How to find the center, transverse axis, vertices, foci, and asymptotes of the following equation? 2X^2 - y^2 +4x + 4y -4 = 0

We complete the square to turn this equation into a factored form:

 

2(x^2+2x+2)-(y^2-4y+4)-4=0

2(x+sqrt(2))^2-(y-2)^2=4

[(x+sqrt(2))^2]/2-[(y-2)^2]/4=1 

This is an equation of a hyperbola with the form [(x-h)^2]/a^2-[y-k)^2]/b^2=1.

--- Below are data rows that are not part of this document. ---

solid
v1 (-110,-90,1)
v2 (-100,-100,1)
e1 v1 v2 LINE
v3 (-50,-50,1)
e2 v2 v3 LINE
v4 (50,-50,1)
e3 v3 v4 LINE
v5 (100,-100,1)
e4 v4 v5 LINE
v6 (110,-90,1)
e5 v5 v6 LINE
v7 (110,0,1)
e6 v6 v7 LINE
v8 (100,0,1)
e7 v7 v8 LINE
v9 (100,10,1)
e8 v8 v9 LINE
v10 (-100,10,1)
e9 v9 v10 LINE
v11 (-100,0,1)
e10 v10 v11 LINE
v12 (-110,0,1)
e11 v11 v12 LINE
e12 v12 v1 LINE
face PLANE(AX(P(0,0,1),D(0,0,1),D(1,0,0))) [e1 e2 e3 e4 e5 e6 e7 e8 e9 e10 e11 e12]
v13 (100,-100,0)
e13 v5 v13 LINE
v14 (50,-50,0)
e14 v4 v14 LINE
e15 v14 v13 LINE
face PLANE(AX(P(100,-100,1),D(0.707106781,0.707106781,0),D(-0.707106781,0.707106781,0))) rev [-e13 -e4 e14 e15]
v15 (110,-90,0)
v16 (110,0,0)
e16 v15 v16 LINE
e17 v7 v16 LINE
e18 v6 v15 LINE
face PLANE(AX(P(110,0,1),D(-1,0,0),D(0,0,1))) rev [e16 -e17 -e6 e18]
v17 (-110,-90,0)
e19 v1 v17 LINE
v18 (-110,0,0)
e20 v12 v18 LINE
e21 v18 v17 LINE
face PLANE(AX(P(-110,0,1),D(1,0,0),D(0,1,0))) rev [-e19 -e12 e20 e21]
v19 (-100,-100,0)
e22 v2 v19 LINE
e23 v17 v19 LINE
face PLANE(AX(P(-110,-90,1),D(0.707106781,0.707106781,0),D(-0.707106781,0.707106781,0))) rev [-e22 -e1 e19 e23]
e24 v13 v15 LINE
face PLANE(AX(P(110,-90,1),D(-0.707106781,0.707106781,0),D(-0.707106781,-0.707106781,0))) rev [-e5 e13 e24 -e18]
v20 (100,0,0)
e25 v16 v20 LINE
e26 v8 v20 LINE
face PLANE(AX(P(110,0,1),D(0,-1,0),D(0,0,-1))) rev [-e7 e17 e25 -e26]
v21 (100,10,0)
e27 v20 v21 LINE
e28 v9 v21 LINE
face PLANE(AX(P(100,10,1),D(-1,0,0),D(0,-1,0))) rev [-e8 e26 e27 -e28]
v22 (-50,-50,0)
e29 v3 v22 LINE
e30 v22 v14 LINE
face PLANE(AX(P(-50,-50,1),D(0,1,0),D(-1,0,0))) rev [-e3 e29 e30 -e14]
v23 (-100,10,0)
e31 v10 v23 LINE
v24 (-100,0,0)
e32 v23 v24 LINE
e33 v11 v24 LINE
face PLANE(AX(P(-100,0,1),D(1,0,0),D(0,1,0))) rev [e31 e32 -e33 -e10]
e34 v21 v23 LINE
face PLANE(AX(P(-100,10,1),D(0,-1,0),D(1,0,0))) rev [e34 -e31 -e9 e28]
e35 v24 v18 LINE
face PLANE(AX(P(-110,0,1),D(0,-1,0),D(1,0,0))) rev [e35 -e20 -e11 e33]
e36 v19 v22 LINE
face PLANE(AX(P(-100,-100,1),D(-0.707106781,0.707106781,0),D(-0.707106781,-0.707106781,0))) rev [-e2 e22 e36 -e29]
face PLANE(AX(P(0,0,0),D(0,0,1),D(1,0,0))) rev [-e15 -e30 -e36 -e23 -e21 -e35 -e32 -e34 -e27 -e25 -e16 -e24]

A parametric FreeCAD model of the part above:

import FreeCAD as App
import Part
import Sketcher
Q = App.Units.Quantity


def add_polygon(sketch, points):
    """Adds a closed chain of lines whose ends are joined by coincident constraints."""
    first, n = sketch.GeometryCount, len(points)
    for a, b in zip(points, points[1:] + points[:1]):
        sketch.addGeometry(Part.LineSegment(App.Vector(*a, 0), App.Vector(*b, 0)), False)
    for i in range(n):
        sketch.addConstraint(Sketcher.Constraint("Coincident", first + i, 2, first + (i + 1) % n, 1))

doc = App.newDocument("Part")
body = doc.addObject("PartDesign::Body", "Body")

sketch1 = body.newObject("Sketcher::SketchObject", "Sketch")
sketch1.AttachmentSupport = (doc.getObject("XY_Plane"), [""])
sketch1.MapMode = "FlatFace"
add_polygon(sketch1, [(110, 0), (100, 0), (100, 10), (-100, 10), (-100, 0), (-110, 0), (-110, -90), (-100, -100), (-50, -50), (50, -50), (100, -100), (110, -90)])
sketch1.addConstraint([
    Sketcher.Constraint("Horizontal", 0),
    Sketcher.Constraint("Vertical", 1),
    Sketcher.Constraint("Horizontal", 2),
    Sketcher.Constraint("Vertical", 3),
    Sketcher.Constraint("Horizontal", 4),
    Sketcher.Constraint("Vertical", 5),
    Sketcher.Constraint("Horizontal", 8),
    Sketcher.Constraint("Vertical", 11),
    Sketcher.Constraint("Symmetric", 0, 2, 3, 2, -1, 1),
    Sketcher.Constraint("Symmetric", 6, 2, 9, 2, -2),
    Sketcher.Constraint("Symmetric", 5, 2, 10, 2, -2),
    Sketcher.Constraint("PointOnObject", 0, 2, -1),
    Sketcher.Constraint("Perpendicular", 6, 7),
    Sketcher.Constraint("Perpendicular", 7, 9),
    Sketcher.Constraint("Perpendicular", 9, 10),
    Sketcher.Constraint("Vertical", 3, 2, 6, 2),
    Sketcher.Constraint("Equal", 4, 1),
    Sketcher.Constraint("DistanceX", 0, 2, 0, 1, Q("10 mm")),
    Sketcher.Constraint("DistanceX", 2, 2, 2, 1, Q("200 mm")),
    Sketcher.Constraint("DistanceX", 8, 1, 8, 2, Q("100 mm")),
    Sketcher.Constraint("DistanceY", 5, 2, 5, 1, Q("90 mm")),
])
pad1 = body.newObject("PartDesign::Pad", "Pad")
pad1.Profile = sketch1
pad1.Length = 1

doc.recompute()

So in our case h=-sqrt(2), a=sqrt(2), k=2, b=2.

 

The center is at (h,k)= (-sqrt(2), 2). Since the negative is in front of the y term, the hyperbola's foci and vertices are to the left and right of the center. Also the transverse axis is parallel to the x axis through the center, vertices and foci. So the transverse axis is at y=2.

 

 

The  vertices are a=sqrt(2) units to the left and right so they are at (-2sqrt(2), 2) and (0, 2). 

 

The equation c^2 – a^2 = b^2 gives me c^2 = 2+ 4 = 6, so c =sqrt(6), and the foci, being sqrt(6) units to the left and right of the center, must be at (–sqrt(6)-sqrt(2), 2) and (sqrt(6)-sqrt(2), 2).

 

Since there was a positive in front of the x part of the equation, then a is in the denominator of the slopes of the asymptotes, giving me m = ± b/a= ±2/sqrt(2)= ±sqrt(2). Keeping in mind that the asymptotes go through the center of the hyperbola, the asymptotes are then given by the equations y = ± sqrt(2)(x +sqrt(2))+2.